## YOUR OBJECTIVE
Of the material below, the lines to be retyped are those from the line containing "v9 (33,8,0)" through the line containing "face TORUS(AX(P(0,0.5,0),D(0,-1,0),D(1,0,0)),36.5,0.5) [-e2]", inclusive; reproduce them exactly.

## MATERIAL PROVIDED

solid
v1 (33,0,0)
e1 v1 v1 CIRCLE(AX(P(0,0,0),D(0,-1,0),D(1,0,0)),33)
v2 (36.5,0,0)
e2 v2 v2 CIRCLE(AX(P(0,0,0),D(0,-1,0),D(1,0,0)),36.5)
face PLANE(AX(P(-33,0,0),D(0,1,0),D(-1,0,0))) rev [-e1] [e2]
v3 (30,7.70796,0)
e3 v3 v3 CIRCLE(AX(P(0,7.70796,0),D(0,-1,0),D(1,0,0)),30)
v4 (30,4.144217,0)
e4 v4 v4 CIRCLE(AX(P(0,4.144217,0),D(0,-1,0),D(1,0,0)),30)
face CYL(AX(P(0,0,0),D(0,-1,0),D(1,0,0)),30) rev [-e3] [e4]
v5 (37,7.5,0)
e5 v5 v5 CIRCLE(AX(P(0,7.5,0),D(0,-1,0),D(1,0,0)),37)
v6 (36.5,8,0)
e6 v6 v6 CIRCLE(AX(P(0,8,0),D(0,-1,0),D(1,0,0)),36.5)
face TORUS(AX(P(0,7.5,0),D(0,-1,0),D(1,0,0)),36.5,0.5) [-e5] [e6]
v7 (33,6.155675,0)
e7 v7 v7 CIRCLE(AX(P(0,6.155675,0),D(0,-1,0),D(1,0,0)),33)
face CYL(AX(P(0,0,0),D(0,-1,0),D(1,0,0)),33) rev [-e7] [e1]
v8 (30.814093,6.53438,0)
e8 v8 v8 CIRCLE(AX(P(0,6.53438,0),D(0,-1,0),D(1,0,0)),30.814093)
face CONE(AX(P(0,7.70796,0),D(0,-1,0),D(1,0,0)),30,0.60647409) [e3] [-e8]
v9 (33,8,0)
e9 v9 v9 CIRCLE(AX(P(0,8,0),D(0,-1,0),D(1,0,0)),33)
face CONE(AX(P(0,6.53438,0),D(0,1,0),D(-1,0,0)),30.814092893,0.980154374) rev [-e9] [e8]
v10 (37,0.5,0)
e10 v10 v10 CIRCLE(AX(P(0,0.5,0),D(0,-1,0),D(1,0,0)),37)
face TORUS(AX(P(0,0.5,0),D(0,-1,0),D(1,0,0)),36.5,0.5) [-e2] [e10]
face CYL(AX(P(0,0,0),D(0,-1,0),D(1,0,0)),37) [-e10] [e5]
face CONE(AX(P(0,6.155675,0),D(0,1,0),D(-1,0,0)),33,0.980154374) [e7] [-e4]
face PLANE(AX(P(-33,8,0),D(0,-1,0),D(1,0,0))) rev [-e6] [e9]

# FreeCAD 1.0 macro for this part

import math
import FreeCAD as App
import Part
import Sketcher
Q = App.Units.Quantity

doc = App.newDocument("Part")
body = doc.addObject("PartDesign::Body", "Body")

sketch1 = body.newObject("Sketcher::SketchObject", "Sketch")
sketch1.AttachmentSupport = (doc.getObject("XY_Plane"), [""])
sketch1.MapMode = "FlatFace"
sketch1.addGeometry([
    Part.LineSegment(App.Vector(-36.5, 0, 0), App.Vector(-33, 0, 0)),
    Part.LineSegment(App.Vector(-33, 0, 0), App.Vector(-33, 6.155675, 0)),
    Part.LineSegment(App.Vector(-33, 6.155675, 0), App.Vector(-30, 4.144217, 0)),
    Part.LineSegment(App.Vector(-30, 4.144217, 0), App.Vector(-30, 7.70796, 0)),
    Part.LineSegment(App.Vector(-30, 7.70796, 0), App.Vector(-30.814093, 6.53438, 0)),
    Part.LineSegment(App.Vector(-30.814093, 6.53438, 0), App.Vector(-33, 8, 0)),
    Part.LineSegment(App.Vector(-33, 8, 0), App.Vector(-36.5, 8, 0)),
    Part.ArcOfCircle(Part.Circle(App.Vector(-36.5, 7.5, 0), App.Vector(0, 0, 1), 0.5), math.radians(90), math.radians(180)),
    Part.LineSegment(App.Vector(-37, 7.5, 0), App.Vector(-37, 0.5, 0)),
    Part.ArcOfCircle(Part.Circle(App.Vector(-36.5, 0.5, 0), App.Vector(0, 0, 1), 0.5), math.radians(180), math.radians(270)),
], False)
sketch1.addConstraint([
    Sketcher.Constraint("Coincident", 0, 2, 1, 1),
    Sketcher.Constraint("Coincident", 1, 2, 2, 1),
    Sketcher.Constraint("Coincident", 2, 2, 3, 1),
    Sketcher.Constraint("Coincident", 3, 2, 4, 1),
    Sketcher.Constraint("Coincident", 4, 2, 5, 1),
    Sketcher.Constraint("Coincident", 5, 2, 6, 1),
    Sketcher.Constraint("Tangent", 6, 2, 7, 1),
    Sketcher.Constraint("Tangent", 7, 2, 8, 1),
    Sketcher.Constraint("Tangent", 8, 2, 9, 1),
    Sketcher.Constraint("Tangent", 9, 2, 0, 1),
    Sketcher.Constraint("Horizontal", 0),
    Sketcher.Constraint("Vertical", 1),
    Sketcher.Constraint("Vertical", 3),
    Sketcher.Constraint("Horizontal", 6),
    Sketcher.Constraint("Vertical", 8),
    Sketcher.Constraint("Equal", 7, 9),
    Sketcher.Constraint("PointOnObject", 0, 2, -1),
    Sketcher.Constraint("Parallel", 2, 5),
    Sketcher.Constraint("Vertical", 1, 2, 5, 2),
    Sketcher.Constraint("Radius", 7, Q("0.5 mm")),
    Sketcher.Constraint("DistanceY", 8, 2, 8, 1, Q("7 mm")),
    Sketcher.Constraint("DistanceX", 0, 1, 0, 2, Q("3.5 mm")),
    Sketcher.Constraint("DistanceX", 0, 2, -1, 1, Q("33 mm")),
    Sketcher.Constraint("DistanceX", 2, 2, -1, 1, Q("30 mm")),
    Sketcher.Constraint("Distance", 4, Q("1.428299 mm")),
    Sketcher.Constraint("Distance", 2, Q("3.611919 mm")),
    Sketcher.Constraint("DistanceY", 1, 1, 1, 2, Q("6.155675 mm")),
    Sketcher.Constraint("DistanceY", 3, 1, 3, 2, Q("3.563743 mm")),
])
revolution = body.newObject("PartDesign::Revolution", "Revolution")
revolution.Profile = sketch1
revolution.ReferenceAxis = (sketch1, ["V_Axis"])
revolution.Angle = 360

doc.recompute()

## SOLUTION BELOW
v9 (33,8,0)
e9 v9 v9 CIRCLE(AX(P(0,8,0),D(0,-1,0),D(1,0,0)),33)
face CONE(AX(P(0,6.53438,0),D(0,1,0),D(-1,0,0)),30.814092893,0.980154374) rev [-e9] [e8]
v10 (37,0.5,0)
e10 v10 v10 CIRCLE(AX(P(0,0.5,0),D(0,-1,0),D(1,0,0)),37)
face TORUS(AX(P(0,0.5,0),D(0,-1,0),D(1,0,0)),36.5,0.5) [-e2] [e10]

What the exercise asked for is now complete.